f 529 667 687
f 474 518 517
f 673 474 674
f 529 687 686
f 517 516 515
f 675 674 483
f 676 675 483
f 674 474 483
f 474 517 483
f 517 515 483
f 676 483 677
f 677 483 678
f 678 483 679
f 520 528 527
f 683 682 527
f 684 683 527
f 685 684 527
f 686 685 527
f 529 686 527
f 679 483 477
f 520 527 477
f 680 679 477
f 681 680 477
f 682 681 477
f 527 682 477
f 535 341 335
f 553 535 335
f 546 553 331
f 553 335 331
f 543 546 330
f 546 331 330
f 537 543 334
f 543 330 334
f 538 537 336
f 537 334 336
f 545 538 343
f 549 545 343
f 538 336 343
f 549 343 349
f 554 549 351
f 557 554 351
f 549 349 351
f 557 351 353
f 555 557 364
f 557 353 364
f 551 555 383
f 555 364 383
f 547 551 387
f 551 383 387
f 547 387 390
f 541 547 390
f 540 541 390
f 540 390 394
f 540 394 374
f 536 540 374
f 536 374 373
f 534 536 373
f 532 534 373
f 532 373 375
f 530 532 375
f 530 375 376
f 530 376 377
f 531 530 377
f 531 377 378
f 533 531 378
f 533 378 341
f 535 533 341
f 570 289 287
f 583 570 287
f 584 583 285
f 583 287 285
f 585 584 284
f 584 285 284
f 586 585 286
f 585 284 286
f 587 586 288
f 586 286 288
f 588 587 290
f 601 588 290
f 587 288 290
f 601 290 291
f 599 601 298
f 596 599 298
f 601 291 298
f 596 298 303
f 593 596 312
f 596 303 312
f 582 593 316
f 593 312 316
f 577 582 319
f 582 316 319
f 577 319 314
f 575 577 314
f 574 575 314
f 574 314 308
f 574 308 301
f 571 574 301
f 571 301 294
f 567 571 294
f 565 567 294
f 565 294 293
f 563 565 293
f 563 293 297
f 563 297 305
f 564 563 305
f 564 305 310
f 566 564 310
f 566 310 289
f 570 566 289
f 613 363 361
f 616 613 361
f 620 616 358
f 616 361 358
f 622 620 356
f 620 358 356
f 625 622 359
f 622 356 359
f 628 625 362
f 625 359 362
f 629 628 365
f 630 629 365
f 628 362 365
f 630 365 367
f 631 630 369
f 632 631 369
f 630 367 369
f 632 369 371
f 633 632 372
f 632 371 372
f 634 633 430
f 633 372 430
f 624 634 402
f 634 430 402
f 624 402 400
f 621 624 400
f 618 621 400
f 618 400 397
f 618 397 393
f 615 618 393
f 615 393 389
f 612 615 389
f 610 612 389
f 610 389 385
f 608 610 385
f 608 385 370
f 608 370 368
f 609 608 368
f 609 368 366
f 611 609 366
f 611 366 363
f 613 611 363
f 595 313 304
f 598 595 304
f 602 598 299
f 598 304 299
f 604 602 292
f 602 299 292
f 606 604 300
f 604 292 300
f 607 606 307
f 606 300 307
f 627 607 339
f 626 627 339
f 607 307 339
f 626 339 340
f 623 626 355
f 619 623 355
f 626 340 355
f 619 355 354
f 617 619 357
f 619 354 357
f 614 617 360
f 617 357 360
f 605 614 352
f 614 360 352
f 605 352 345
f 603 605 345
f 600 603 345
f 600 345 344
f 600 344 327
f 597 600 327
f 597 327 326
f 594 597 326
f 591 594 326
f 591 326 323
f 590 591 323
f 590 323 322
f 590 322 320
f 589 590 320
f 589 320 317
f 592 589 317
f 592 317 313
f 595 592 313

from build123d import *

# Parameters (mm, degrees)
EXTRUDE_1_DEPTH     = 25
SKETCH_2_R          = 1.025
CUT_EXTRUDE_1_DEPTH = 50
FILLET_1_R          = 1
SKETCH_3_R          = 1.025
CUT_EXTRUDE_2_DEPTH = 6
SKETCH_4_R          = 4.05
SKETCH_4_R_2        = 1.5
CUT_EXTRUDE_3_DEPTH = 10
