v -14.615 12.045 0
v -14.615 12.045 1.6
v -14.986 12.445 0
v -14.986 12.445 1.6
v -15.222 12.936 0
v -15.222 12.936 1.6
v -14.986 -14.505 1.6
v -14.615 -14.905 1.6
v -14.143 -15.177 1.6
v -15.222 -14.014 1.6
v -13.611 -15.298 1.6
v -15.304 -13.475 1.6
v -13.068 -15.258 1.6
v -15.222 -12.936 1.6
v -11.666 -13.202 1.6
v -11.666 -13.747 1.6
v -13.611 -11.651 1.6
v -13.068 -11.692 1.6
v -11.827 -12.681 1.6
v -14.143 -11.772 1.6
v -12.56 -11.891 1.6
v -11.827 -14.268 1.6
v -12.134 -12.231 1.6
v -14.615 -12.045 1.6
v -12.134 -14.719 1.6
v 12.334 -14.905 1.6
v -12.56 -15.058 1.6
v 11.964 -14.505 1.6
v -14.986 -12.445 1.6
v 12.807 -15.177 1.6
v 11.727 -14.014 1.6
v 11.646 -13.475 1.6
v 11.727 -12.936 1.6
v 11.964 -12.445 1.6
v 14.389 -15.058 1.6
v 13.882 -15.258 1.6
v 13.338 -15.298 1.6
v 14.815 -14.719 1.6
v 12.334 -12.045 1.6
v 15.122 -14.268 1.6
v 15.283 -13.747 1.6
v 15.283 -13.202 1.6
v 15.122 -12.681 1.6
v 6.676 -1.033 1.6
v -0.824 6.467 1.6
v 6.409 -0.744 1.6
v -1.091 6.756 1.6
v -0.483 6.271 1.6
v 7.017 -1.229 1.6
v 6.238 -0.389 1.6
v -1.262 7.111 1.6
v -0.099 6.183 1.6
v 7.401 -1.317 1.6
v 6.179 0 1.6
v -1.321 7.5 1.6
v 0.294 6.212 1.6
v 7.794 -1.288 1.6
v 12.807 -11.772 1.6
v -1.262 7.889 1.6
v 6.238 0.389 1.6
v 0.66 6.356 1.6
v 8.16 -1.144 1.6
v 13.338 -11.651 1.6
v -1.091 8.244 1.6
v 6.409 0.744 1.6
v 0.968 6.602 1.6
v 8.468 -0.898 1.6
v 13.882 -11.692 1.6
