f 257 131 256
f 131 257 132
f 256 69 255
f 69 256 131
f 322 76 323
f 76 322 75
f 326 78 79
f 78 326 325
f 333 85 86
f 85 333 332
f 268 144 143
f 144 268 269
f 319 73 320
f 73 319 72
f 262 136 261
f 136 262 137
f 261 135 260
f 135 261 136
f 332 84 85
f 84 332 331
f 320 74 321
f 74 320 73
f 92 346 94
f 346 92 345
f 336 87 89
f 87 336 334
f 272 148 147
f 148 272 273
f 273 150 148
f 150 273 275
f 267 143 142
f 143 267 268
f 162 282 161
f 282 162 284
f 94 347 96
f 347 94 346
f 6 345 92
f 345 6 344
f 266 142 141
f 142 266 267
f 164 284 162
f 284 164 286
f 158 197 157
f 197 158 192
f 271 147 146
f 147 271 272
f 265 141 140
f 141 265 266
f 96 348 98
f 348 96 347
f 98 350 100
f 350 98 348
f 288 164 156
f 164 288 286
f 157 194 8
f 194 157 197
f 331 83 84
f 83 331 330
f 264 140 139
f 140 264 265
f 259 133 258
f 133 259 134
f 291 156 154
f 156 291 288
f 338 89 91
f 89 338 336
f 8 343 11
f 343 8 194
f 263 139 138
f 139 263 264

• Work instructions: In the listing above, find the line with "# Parameters (mm, degrees)" and the line with "v -12.134 -14.719 1.6"; output exactly those lines and all lines between them.

• Task output:
# Parameters (mm, degrees)
EXTRUDE_1_DEPTH     = 25
SKETCH_2_R          = 1.025
CUT_EXTRUDE_1_DEPTH = 50
FILLET_1_R          = 1
SKETCH_3_R          = 1.025
CUT_EXTRUDE_2_DEPTH = 6
SKETCH_4_R          = 4.05
SKETCH_4_R_2        = 1.5
CUT_EXTRUDE_3_DEPTH = 10
v -14.615 12.045 0
v -14.615 12.045 1.6
v -14.986 12.445 0
v -14.986 12.445 1.6
v -15.222 12.936 0
v -15.222 12.936 1.6
v -14.986 -14.505 1.6
v -14.615 -14.905 1.6
v -14.143 -15.177 1.6
v -15.222 -14.014 1.6
v -13.611 -15.298 1.6
v -15.304 -13.475 1.6
v -13.068 -15.258 1.6
v -15.222 -12.936 1.6
v -11.666 -13.202 1.6
v -11.666 -13.747 1.6
v -13.611 -11.651 1.6
v -13.068 -11.692 1.6
v -11.827 -12.681 1.6
v -14.143 -11.772 1.6
v -12.56 -11.891 1.6
v -11.827 -14.268 1.6
v -12.134 -12.231 1.6
v -14.615 -12.045 1.6
v -12.134 -14.719 1.6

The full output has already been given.